Please restate the material below word for word, from the first line through the one that contains "v -1.0996 1.0203 6", inclusive.

*** SOURCE MATERIAL ***

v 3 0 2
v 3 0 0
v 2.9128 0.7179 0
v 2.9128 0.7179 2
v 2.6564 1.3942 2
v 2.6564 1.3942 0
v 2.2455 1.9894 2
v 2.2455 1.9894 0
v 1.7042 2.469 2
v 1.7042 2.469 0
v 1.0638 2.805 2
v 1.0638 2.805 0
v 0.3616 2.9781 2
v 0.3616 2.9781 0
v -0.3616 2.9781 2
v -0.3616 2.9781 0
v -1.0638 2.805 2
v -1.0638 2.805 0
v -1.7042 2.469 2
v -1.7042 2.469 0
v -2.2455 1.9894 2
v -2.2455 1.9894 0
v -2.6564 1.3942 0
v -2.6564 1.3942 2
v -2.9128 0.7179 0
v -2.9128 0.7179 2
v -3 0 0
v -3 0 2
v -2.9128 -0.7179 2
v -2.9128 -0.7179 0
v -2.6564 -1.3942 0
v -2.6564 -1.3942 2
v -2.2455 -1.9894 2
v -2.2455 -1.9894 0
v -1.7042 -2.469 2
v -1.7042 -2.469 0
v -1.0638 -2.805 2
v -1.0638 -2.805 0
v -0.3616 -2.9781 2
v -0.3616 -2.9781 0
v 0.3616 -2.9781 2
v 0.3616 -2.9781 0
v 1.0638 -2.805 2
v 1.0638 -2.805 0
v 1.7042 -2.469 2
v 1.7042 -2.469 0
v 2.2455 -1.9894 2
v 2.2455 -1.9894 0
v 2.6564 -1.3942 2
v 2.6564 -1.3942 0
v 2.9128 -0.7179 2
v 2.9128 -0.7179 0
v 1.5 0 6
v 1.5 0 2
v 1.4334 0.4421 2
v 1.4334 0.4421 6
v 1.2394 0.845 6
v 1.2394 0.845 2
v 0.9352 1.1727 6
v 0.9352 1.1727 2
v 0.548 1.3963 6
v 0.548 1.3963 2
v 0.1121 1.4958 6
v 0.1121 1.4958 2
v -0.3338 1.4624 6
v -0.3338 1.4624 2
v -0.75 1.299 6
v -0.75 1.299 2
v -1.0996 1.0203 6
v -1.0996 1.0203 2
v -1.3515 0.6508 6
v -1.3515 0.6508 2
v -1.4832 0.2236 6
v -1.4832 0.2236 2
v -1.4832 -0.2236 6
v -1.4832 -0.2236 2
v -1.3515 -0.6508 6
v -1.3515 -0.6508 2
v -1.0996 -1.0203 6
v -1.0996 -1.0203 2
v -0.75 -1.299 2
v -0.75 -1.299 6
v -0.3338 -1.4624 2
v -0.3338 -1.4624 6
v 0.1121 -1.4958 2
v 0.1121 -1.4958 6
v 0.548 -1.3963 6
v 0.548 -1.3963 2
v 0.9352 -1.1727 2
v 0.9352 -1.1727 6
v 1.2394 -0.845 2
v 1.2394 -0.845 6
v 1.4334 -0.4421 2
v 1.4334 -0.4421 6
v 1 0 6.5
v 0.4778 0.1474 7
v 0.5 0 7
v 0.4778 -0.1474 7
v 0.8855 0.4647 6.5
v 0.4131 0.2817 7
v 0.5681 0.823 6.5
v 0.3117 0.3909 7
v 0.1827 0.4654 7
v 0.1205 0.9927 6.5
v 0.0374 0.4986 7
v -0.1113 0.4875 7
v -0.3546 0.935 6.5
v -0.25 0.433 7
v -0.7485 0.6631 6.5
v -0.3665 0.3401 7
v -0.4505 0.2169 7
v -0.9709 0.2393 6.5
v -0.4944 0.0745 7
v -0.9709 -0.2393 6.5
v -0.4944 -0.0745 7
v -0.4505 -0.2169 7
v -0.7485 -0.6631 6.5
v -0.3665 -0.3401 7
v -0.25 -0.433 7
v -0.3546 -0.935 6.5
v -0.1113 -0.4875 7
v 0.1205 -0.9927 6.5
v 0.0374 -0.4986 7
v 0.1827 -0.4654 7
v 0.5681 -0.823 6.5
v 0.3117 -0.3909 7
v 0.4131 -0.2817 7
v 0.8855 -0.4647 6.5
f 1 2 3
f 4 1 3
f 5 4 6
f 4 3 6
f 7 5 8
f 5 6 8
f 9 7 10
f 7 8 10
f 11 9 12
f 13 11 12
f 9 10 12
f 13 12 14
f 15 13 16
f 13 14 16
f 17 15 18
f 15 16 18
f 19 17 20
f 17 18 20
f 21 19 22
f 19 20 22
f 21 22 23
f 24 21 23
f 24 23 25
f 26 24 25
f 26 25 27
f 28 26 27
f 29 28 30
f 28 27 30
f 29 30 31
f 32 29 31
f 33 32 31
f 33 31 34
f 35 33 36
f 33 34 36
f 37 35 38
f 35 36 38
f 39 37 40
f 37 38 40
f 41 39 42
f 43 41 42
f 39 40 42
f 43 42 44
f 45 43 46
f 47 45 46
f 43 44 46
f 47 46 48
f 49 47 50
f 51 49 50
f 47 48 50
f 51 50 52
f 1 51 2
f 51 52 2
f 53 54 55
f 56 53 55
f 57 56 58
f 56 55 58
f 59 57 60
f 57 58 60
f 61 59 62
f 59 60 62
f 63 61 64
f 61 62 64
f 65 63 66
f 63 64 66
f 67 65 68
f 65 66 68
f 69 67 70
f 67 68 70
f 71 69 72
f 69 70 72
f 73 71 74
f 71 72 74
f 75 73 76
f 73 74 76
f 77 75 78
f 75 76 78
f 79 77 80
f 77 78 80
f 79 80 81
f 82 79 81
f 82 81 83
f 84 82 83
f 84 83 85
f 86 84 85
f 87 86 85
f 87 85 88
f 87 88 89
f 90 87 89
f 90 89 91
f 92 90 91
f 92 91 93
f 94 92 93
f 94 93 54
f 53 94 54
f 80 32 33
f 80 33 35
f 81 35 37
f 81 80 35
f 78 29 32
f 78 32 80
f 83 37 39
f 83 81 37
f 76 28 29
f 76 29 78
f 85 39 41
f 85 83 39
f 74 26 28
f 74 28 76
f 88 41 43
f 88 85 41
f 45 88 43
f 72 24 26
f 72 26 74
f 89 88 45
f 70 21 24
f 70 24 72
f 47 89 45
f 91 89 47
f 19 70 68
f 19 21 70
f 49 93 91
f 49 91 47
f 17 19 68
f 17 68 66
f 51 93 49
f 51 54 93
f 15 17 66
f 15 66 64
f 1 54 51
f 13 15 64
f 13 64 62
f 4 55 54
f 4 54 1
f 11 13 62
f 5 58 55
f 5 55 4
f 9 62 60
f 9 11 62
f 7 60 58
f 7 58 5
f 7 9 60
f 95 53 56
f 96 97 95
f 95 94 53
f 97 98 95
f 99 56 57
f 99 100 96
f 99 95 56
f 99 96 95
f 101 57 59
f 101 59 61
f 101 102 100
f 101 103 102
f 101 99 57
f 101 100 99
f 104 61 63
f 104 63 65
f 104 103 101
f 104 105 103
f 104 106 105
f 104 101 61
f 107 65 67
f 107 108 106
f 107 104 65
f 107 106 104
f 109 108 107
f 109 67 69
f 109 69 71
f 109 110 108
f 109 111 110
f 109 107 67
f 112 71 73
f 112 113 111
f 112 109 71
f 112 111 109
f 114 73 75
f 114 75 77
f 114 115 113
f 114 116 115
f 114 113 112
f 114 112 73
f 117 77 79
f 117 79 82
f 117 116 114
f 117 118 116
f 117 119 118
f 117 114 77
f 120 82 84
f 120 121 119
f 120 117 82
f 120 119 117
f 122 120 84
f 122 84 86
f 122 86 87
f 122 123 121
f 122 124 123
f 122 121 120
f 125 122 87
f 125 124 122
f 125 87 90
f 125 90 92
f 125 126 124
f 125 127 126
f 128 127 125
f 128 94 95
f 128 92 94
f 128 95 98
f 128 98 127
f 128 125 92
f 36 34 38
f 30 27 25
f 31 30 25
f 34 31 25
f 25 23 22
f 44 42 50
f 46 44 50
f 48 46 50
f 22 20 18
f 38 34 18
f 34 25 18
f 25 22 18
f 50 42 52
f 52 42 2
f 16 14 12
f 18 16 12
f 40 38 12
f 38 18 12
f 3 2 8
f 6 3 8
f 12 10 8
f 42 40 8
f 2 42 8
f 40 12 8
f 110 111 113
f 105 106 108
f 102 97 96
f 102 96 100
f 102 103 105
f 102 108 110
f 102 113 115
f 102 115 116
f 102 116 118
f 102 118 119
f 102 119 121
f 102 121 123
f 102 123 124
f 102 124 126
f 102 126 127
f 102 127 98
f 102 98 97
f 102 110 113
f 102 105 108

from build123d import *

# Parameters (mm, degrees)
F0_R     = 3
F0_R_2   = 1.5
F1_DEPTH = 2
F2_DEPTH = 7
F3_SIZE  = 1


with BuildPart() as f1:
    # F0 (on Top) → F1 (new body)
    with BuildSketch(Plane.XY):
        Circle(F0_R)
        Circle(F0_R_2, mode=Mode.SUBTRACT)
    extrude(amount=F1_DEPTH)

    # F0 (on Top) → F2 (join)
    with BuildSketch(Plane.XY):
        Circle(F0_R_2)
    extrude(amount=F2_DEPTH)

    # F3
    f3_edges = [f1.edges().sort_by_distance(p)[0] for p in [
        (-1.5, 0, 7),
    ]]
    chamfer(f3_edges, length=F3_SIZE)


solid = f1.part
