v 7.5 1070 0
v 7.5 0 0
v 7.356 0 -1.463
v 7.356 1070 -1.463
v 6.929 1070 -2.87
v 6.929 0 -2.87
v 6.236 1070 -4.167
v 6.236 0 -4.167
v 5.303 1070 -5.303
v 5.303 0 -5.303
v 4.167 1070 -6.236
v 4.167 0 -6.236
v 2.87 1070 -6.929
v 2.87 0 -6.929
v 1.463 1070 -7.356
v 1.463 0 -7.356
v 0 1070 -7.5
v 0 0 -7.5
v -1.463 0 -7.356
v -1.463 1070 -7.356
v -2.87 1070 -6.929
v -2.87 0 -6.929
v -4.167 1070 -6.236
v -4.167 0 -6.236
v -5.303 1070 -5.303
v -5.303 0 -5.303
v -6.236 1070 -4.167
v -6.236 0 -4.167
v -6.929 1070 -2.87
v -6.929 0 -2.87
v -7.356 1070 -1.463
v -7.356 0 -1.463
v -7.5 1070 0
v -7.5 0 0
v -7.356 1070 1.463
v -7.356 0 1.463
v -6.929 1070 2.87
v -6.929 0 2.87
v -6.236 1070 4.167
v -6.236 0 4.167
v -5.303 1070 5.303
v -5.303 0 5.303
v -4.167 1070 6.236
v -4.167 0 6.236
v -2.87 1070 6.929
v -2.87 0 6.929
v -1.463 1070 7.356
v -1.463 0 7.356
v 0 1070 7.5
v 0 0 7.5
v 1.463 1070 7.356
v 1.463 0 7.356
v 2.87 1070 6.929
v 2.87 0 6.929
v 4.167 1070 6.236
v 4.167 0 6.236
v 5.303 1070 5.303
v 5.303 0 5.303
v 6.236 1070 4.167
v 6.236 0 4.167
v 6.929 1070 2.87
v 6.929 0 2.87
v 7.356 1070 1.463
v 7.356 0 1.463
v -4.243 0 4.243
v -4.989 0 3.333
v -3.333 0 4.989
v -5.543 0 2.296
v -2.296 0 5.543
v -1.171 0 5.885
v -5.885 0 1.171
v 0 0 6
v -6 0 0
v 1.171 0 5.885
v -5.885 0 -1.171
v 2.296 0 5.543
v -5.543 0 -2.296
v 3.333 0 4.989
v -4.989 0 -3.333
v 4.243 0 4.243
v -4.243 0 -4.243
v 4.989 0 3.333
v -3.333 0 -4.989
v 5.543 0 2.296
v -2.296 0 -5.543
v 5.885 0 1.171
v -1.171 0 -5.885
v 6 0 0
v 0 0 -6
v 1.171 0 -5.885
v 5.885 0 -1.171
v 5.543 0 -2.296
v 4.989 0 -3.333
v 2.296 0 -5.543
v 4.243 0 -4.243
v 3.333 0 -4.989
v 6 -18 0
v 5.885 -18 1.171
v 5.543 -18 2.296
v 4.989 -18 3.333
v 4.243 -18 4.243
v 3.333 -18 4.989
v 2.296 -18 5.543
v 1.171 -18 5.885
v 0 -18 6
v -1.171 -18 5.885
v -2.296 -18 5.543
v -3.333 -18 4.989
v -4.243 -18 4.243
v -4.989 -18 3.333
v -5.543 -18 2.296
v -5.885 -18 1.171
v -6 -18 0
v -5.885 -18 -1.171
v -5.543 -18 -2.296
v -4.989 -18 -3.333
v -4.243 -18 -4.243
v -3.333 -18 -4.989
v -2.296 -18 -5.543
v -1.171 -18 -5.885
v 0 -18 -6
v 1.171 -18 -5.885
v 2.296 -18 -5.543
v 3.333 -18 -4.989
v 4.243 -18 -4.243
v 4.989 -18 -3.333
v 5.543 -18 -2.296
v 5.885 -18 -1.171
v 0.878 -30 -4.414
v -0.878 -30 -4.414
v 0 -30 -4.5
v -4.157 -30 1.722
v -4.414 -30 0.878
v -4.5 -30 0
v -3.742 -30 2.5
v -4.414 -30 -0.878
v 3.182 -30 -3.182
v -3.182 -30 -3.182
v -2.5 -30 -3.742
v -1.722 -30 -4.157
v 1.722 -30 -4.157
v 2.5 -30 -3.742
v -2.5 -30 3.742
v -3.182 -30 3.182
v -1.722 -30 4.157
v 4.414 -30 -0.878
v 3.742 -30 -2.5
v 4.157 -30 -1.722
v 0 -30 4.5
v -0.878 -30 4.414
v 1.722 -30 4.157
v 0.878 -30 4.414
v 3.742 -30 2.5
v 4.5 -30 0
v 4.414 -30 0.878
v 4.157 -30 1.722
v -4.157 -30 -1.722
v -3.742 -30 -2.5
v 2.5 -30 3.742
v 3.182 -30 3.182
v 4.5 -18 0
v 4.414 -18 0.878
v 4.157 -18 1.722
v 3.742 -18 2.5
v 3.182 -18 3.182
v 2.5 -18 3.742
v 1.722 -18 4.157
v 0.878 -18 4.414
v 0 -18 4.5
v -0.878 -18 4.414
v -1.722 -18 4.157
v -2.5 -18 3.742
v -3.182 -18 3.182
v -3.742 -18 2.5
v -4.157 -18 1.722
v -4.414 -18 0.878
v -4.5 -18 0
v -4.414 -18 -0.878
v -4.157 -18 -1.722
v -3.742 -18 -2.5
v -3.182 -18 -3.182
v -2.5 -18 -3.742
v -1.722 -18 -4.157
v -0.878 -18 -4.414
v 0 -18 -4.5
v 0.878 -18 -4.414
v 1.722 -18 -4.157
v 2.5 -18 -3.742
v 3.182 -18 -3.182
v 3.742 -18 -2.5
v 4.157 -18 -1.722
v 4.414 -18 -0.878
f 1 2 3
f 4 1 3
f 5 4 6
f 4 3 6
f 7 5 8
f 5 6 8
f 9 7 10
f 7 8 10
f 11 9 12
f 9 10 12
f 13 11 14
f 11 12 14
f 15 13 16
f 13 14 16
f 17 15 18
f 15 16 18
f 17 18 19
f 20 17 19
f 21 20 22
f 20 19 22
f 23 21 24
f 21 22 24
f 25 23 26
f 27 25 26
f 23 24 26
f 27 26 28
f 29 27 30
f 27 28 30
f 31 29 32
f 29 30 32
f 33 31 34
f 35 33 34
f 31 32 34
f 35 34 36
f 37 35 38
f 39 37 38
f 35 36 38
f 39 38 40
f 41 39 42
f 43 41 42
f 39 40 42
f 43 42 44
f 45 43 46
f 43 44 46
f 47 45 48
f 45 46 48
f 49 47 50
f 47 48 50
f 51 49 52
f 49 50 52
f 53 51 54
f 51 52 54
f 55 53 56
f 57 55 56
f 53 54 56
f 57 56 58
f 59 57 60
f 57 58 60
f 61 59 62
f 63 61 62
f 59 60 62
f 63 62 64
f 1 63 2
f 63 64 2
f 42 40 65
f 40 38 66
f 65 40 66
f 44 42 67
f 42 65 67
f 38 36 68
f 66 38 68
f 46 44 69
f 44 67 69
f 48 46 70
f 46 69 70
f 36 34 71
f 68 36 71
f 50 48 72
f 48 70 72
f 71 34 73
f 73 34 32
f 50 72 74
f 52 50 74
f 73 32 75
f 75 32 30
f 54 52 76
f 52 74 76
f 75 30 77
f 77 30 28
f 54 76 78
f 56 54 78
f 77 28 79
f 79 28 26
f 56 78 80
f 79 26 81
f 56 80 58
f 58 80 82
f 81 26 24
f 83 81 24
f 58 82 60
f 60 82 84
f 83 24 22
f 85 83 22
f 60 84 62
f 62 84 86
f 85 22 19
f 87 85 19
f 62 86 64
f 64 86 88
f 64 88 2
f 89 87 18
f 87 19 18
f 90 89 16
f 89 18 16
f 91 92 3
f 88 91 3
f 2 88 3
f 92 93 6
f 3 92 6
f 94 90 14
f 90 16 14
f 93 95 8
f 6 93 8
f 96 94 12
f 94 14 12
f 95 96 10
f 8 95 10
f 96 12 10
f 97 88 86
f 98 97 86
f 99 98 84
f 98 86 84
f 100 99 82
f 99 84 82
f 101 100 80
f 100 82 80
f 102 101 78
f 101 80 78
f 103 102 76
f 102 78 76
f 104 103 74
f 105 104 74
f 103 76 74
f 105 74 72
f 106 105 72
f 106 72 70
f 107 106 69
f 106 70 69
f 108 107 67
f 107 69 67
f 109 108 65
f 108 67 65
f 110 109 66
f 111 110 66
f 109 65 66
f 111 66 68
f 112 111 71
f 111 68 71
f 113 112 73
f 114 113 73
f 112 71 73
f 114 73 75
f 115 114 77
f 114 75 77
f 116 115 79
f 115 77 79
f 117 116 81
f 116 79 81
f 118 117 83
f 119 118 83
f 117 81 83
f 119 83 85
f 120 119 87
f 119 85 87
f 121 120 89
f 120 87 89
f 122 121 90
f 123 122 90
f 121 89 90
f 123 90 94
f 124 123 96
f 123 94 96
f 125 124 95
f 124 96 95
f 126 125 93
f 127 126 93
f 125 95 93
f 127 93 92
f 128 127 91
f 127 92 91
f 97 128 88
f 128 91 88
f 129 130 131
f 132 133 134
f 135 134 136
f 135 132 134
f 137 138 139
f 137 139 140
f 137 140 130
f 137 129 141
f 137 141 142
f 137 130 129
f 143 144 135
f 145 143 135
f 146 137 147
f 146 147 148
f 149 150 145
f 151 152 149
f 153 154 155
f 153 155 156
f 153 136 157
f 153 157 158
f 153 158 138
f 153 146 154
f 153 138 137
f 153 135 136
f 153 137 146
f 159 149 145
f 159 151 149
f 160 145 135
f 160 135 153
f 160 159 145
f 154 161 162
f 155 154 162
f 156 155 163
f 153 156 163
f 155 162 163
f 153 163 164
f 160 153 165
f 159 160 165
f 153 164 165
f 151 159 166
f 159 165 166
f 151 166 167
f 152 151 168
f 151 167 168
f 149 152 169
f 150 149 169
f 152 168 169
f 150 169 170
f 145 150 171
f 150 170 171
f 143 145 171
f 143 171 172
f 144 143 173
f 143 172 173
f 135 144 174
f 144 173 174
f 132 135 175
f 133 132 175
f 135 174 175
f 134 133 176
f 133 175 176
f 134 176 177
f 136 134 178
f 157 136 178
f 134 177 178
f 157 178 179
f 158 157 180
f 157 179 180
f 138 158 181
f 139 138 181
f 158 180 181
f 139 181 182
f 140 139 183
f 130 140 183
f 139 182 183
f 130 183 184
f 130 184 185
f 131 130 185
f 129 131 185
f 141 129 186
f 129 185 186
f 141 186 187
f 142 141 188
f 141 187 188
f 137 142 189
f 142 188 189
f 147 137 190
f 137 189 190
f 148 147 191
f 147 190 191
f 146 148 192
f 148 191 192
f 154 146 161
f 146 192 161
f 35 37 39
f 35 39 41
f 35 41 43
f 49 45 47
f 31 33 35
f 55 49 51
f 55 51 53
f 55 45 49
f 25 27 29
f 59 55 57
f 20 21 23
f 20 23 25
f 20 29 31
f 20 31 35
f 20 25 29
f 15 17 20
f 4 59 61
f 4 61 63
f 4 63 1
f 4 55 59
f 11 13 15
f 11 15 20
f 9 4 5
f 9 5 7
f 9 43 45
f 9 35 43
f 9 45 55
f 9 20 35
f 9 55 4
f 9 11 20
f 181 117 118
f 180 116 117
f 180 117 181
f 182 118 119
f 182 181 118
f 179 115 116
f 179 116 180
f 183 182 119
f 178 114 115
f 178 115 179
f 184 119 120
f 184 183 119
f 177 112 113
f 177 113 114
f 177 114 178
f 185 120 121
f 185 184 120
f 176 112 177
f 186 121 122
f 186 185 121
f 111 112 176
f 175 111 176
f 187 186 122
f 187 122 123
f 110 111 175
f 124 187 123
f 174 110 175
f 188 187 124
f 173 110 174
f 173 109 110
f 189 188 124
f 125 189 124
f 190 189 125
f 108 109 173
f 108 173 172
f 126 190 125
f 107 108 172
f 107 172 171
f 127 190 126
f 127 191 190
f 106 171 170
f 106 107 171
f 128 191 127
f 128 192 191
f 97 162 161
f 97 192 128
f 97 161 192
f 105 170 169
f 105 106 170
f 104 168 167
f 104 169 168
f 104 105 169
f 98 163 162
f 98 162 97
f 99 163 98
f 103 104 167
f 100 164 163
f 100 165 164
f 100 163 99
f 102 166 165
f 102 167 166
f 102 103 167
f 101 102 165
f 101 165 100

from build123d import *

# Parameters (mm, degrees)
SKETCH1_R           = 7.5
BOSS_EXTRUDE1_DEPTH = 1070
SKETCH_1_R          = 6
EXTRUDE_1_DEPTH     = 18
SKETCH_2_R          = 4.5
EXTRUDE_2_DEPTH     = 12


with BuildPart() as part:
    # Sketch1 → Boss-Extrude1 (new body)
    with BuildSketch(Plane(origin=(0, 0, 0), x_dir=(1, 0, 0), z_dir=(0, 1, 0))):
        Circle(SKETCH1_R)
    extrude(amount=BOSS_EXTRUDE1_DEPTH)

    # Эскиз1 → Бобышка-Вытянуть1 (add)
    with BuildSketch(Plane.XZ):
        Circle(SKETCH_1_R)
    extrude(amount=EXTRUDE_1_DEPTH)

    # Эскиз2 → Бобышка-Вытянуть2 (add)
    with BuildSketch(Plane.XZ.offset(18)):
        Circle(SKETCH_2_R)
    extrude(amount=EXTRUDE_2_DEPTH)


solid = part.part
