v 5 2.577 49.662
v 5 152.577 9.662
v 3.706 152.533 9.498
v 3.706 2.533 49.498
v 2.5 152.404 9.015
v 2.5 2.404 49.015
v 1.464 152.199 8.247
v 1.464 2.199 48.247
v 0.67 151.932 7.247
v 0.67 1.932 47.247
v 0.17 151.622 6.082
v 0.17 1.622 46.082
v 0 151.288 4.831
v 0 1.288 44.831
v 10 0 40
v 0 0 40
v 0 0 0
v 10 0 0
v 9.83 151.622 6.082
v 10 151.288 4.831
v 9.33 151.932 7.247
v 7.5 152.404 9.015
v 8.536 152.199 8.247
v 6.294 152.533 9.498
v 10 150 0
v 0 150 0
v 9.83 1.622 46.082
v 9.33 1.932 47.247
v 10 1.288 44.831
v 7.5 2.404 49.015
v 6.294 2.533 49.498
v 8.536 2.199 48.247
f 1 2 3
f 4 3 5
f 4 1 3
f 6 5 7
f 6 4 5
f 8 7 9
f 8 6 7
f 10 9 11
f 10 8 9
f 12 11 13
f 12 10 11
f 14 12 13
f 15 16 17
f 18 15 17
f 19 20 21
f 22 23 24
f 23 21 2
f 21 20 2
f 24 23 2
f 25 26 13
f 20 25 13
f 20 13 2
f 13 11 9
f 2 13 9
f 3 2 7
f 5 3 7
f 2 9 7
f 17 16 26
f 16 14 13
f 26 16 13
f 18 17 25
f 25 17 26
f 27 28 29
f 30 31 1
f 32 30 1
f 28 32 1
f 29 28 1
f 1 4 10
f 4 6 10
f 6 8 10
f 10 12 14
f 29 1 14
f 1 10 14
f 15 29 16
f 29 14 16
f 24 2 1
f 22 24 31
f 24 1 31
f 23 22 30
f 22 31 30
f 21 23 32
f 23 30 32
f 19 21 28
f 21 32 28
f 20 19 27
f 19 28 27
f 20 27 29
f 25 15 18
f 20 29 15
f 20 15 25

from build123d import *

# Parameters (mm, degrees)
F1_DEPTH = 10
F2_R     = 4.99999


# Not quite as in the source:
# - a fillet or chamfer is up to 0.001 mm smaller than in the source, because OpenCascade refuses the exact size


with BuildPart() as f1:
    # F0 (on Right) → F1 (new body)
    with BuildSketch(Plane.YZ):
        Polygon((0, 40), (0, 0), (150, 0), align=None)
        Polygon((2.5766265056, 49.662349396), (0, 40), (150, 0), (152.5766265056, 9.662349396), align=None)
    extrude(amount=F1_DEPTH)

    # F2 (radius 5 in the source; OpenCascade refuses exactly that, so slightly less here)
    f2_edges = [f1.edges().sort_by_distance(p)[0] for p in [
        (0, 77.576627, 29.662349),
        (10, 77.576627, 29.662349),
    ]]
    fillet(f2_edges, radius=F2_R)


solid = f1.part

*** End of SOURCE MATERIAL ***

ANSWER:
v 3 0 2
v 3 0 0
v 2.9128 0.7179 0
v 2.9128 0.7179 2
v 2.6564 1.3942 2
v 2.6564 1.3942 0
v 2.2455 1.9894 2
v 2.2455 1.9894 0
v 1.7042 2.469 2
v 1.7042 2.469 0
v 1.0638 2.805 2
v 1.0638 2.805 0
v 0.3616 2.9781 2
v 0.3616 2.9781 0
v -0.3616 2.9781 2
v -0.3616 2.9781 0
v -1.0638 2.805 2
v -1.0638 2.805 0
v -1.7042 2.469 2
v -1.7042 2.469 0
v -2.2455 1.9894 2
v -2.2455 1.9894 0
v -2.6564 1.3942 0
v -2.6564 1.3942 2
v -2.9128 0.7179 0
v -2.9128 0.7179 2
v -3 0 0
v -3 0 2
v -2.9128 -0.7179 2
v -2.9128 -0.7179 0
v -2.6564 -1.3942 0
v -2.6564 -1.3942 2
v -2.2455 -1.9894 2
v -2.2455 -1.9894 0
v -1.7042 -2.469 2
v -1.7042 -2.469 0
v -1.0638 -2.805 2
v -1.0638 -2.805 0
v -0.3616 -2.9781 2
v -0.3616 -2.9781 0
v 0.3616 -2.9781 2
v 0.3616 -2.9781 0
v 1.0638 -2.805 2
v 1.0638 -2.805 0
v 1.7042 -2.469 2
v 1.7042 -2.469 0
v 2.2455 -1.9894 2
v 2.2455 -1.9894 0
v 2.6564 -1.3942 2
v 2.6564 -1.3942 0
v 2.9128 -0.7179 2
v 2.9128 -0.7179 0
v 1.5 0 6
v 1.5 0 2
v 1.4334 0.4421 2
v 1.4334 0.4421 6
v 1.2394 0.845 6
v 1.2394 0.845 2
v 0.9352 1.1727 6
v 0.9352 1.1727 2
v 0.548 1.3963 6
v 0.548 1.3963 2
v 0.1121 1.4958 6
v 0.1121 1.4958 2
v -0.3338 1.4624 6
v -0.3338 1.4624 2
v -0.75 1.299 6
v -0.75 1.299 2
v -1.0996 1.0203 6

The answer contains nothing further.